- TASK PROMPT -
Your task is to repeat exactly the lines below between the line holding "#167=ORIENTED_EDGE('',*,*,#166,.T.);" and the line holding "#192=ORIENTED_EDGE('',*,*,#43,.T.);", inclusive, and only those.

Stored items:
_____
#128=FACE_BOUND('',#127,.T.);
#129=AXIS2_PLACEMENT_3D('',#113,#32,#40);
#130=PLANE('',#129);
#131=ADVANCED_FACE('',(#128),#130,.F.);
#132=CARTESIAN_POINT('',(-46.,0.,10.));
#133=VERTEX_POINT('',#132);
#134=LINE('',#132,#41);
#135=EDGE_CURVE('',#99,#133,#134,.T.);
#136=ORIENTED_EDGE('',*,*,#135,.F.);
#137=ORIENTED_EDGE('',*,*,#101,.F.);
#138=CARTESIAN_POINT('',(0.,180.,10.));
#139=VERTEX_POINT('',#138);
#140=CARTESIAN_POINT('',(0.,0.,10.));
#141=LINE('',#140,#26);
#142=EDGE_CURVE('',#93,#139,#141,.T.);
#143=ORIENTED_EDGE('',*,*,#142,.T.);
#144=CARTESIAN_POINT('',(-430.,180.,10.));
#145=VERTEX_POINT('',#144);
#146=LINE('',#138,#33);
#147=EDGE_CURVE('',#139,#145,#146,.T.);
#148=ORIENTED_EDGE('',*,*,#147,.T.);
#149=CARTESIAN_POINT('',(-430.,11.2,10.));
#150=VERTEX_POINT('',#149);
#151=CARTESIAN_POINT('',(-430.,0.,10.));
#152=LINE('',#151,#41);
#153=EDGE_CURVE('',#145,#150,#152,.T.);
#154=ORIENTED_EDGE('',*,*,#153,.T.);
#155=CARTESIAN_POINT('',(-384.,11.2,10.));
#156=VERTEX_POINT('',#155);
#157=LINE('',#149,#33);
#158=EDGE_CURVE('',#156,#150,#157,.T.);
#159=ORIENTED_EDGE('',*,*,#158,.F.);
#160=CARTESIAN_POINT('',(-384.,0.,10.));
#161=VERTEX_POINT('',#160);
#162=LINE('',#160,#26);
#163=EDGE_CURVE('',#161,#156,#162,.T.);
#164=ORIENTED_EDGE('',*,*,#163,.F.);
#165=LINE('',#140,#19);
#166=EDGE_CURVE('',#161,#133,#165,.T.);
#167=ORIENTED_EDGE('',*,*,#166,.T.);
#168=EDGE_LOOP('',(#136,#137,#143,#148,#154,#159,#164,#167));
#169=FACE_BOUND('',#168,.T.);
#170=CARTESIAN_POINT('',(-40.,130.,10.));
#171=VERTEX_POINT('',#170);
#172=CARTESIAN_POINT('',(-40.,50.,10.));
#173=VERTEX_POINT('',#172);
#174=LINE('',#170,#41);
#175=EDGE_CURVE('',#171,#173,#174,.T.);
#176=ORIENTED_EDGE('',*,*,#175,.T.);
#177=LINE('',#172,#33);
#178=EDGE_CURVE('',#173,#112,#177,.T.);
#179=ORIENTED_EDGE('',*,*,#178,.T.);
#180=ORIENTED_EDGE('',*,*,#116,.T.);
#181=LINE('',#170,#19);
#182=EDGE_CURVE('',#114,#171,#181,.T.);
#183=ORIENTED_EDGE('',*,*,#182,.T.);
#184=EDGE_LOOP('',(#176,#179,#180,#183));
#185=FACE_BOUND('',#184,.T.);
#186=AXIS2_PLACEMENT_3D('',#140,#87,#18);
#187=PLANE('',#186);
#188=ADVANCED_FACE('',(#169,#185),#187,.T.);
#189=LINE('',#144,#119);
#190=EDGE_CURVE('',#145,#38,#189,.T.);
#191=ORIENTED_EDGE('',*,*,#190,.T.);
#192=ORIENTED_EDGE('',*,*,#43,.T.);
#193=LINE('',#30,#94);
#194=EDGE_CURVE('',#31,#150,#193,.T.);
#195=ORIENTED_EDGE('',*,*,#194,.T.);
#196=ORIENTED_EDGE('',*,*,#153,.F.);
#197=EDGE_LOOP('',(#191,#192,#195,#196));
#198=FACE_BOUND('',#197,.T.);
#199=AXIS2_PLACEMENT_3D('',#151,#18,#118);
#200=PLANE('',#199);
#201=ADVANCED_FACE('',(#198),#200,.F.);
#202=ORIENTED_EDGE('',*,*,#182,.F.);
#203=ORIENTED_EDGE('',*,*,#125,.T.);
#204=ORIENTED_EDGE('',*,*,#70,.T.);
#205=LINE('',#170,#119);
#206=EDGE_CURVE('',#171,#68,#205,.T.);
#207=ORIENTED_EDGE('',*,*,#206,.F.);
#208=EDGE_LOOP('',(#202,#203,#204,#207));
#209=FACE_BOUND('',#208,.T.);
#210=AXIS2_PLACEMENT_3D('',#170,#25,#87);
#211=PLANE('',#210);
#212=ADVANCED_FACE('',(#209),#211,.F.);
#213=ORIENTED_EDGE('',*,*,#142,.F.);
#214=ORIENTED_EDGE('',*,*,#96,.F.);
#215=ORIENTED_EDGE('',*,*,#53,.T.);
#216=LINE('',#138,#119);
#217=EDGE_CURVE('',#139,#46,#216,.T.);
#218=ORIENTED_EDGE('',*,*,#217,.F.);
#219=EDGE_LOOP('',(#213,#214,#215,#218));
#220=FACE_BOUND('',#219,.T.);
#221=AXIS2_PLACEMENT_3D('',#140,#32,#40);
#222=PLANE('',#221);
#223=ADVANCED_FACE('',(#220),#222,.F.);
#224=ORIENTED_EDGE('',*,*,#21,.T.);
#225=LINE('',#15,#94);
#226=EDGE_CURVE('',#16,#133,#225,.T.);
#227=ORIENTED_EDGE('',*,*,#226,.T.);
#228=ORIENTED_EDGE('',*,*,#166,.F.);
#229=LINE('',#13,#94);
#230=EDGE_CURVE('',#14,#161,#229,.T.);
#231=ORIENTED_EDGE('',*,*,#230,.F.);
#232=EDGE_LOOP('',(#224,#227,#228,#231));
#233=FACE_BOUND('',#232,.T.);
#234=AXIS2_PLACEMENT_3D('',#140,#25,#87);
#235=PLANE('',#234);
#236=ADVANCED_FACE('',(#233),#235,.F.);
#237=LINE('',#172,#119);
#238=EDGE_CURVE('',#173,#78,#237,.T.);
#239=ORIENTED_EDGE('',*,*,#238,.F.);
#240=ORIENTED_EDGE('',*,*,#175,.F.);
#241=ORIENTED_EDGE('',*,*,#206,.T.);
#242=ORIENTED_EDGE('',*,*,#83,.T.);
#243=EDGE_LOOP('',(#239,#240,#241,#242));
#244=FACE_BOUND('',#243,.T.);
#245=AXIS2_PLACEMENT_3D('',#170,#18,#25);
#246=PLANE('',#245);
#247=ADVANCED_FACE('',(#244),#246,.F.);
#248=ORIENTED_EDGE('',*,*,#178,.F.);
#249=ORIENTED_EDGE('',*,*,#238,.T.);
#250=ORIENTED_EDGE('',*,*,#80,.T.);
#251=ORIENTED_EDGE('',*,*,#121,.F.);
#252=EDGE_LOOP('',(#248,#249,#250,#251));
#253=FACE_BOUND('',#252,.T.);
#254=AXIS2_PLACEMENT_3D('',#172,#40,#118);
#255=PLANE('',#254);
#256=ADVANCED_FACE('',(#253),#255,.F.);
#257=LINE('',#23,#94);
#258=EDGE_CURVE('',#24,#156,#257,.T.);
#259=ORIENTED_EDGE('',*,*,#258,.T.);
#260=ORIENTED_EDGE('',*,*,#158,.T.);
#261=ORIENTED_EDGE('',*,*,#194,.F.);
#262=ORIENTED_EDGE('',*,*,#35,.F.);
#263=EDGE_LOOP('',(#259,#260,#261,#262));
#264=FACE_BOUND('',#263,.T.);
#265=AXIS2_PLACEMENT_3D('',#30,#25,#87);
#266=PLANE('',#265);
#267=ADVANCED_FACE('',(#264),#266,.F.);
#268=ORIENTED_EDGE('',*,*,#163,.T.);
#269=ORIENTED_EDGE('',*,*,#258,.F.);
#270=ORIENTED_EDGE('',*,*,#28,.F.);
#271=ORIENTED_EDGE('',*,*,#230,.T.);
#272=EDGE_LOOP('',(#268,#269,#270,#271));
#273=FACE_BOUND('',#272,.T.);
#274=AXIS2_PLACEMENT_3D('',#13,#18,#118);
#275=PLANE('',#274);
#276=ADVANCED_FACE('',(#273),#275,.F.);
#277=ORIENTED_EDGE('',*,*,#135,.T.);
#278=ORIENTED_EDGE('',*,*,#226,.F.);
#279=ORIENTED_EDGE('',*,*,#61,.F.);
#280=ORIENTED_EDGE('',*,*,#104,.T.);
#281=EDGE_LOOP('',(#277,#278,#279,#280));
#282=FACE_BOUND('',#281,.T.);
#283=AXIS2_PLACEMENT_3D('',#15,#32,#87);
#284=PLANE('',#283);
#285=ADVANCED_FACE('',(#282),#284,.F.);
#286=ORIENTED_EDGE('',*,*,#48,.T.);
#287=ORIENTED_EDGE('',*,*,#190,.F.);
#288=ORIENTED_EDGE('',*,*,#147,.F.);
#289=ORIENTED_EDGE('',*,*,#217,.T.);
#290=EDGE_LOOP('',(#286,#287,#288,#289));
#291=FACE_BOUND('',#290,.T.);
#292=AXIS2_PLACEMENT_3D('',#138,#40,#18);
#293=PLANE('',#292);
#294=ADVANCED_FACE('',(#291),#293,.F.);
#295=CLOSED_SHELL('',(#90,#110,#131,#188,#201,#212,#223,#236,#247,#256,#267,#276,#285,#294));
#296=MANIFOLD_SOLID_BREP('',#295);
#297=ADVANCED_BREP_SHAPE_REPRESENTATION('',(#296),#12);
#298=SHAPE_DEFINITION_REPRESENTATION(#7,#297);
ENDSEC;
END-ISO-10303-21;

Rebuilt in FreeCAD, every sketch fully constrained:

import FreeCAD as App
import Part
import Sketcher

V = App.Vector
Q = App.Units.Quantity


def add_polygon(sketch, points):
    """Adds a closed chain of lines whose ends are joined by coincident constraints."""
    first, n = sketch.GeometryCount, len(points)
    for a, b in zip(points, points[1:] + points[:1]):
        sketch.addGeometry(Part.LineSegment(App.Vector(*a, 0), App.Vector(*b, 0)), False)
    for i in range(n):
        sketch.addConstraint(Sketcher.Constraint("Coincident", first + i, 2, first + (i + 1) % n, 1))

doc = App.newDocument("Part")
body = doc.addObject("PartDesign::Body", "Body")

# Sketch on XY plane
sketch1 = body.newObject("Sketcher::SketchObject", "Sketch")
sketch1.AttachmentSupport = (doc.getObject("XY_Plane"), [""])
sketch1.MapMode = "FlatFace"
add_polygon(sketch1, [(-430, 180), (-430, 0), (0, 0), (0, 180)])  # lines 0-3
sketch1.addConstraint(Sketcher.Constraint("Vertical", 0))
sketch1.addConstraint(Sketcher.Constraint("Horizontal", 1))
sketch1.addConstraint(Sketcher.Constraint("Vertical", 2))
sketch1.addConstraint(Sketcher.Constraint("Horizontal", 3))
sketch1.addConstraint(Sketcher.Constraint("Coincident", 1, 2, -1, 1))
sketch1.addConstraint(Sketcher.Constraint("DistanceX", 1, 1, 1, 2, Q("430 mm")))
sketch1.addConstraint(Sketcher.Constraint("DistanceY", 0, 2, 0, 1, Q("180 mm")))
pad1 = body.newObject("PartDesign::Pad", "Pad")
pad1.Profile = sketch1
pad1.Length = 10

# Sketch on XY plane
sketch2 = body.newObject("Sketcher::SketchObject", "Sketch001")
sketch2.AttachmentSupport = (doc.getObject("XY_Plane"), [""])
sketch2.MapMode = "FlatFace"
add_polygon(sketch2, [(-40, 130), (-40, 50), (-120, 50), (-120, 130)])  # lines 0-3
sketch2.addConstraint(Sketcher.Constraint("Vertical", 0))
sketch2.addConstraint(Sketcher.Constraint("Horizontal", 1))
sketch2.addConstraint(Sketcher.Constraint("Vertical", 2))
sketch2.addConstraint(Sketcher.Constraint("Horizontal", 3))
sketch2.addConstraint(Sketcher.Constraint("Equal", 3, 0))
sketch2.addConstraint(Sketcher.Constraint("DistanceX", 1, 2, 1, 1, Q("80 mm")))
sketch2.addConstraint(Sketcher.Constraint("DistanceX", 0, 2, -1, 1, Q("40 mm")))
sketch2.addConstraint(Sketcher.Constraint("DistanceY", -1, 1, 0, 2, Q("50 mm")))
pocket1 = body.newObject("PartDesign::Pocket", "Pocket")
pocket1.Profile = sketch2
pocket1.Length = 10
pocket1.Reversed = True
_____
- EXERCISE OUTPUT -
#167=ORIENTED_EDGE('',*,*,#166,.T.);
#168=EDGE_LOOP('',(#136,#137,#143,#148,#154,#159,#164,#167));
#169=FACE_BOUND('',#168,.T.);
#170=CARTESIAN_POINT('',(-40.,130.,10.));
#171=VERTEX_POINT('',#170);
#172=CARTESIAN_POINT('',(-40.,50.,10.));
#173=VERTEX_POINT('',#172);
#174=LINE('',#170,#41);
#175=EDGE_CURVE('',#171,#173,#174,.T.);
#176=ORIENTED_EDGE('',*,*,#175,.T.);
#177=LINE('',#172,#33);
#178=EDGE_CURVE('',#173,#112,#177,.T.);
#179=ORIENTED_EDGE('',*,*,#178,.T.);
#180=ORIENTED_EDGE('',*,*,#116,.T.);
#181=LINE('',#170,#19);
#182=EDGE_CURVE('',#114,#171,#181,.T.);
#183=ORIENTED_EDGE('',*,*,#182,.T.);
#184=EDGE_LOOP('',(#176,#179,#180,#183));
#185=FACE_BOUND('',#184,.T.);
#186=AXIS2_PLACEMENT_3D('',#140,#87,#18);
#187=PLANE('',#186);
#188=ADVANCED_FACE('',(#169,#185),#187,.T.);
#189=LINE('',#144,#119);
#190=EDGE_CURVE('',#145,#38,#189,.T.);
#191=ORIENTED_EDGE('',*,*,#190,.T.);
#192=ORIENTED_EDGE('',*,*,#43,.T.);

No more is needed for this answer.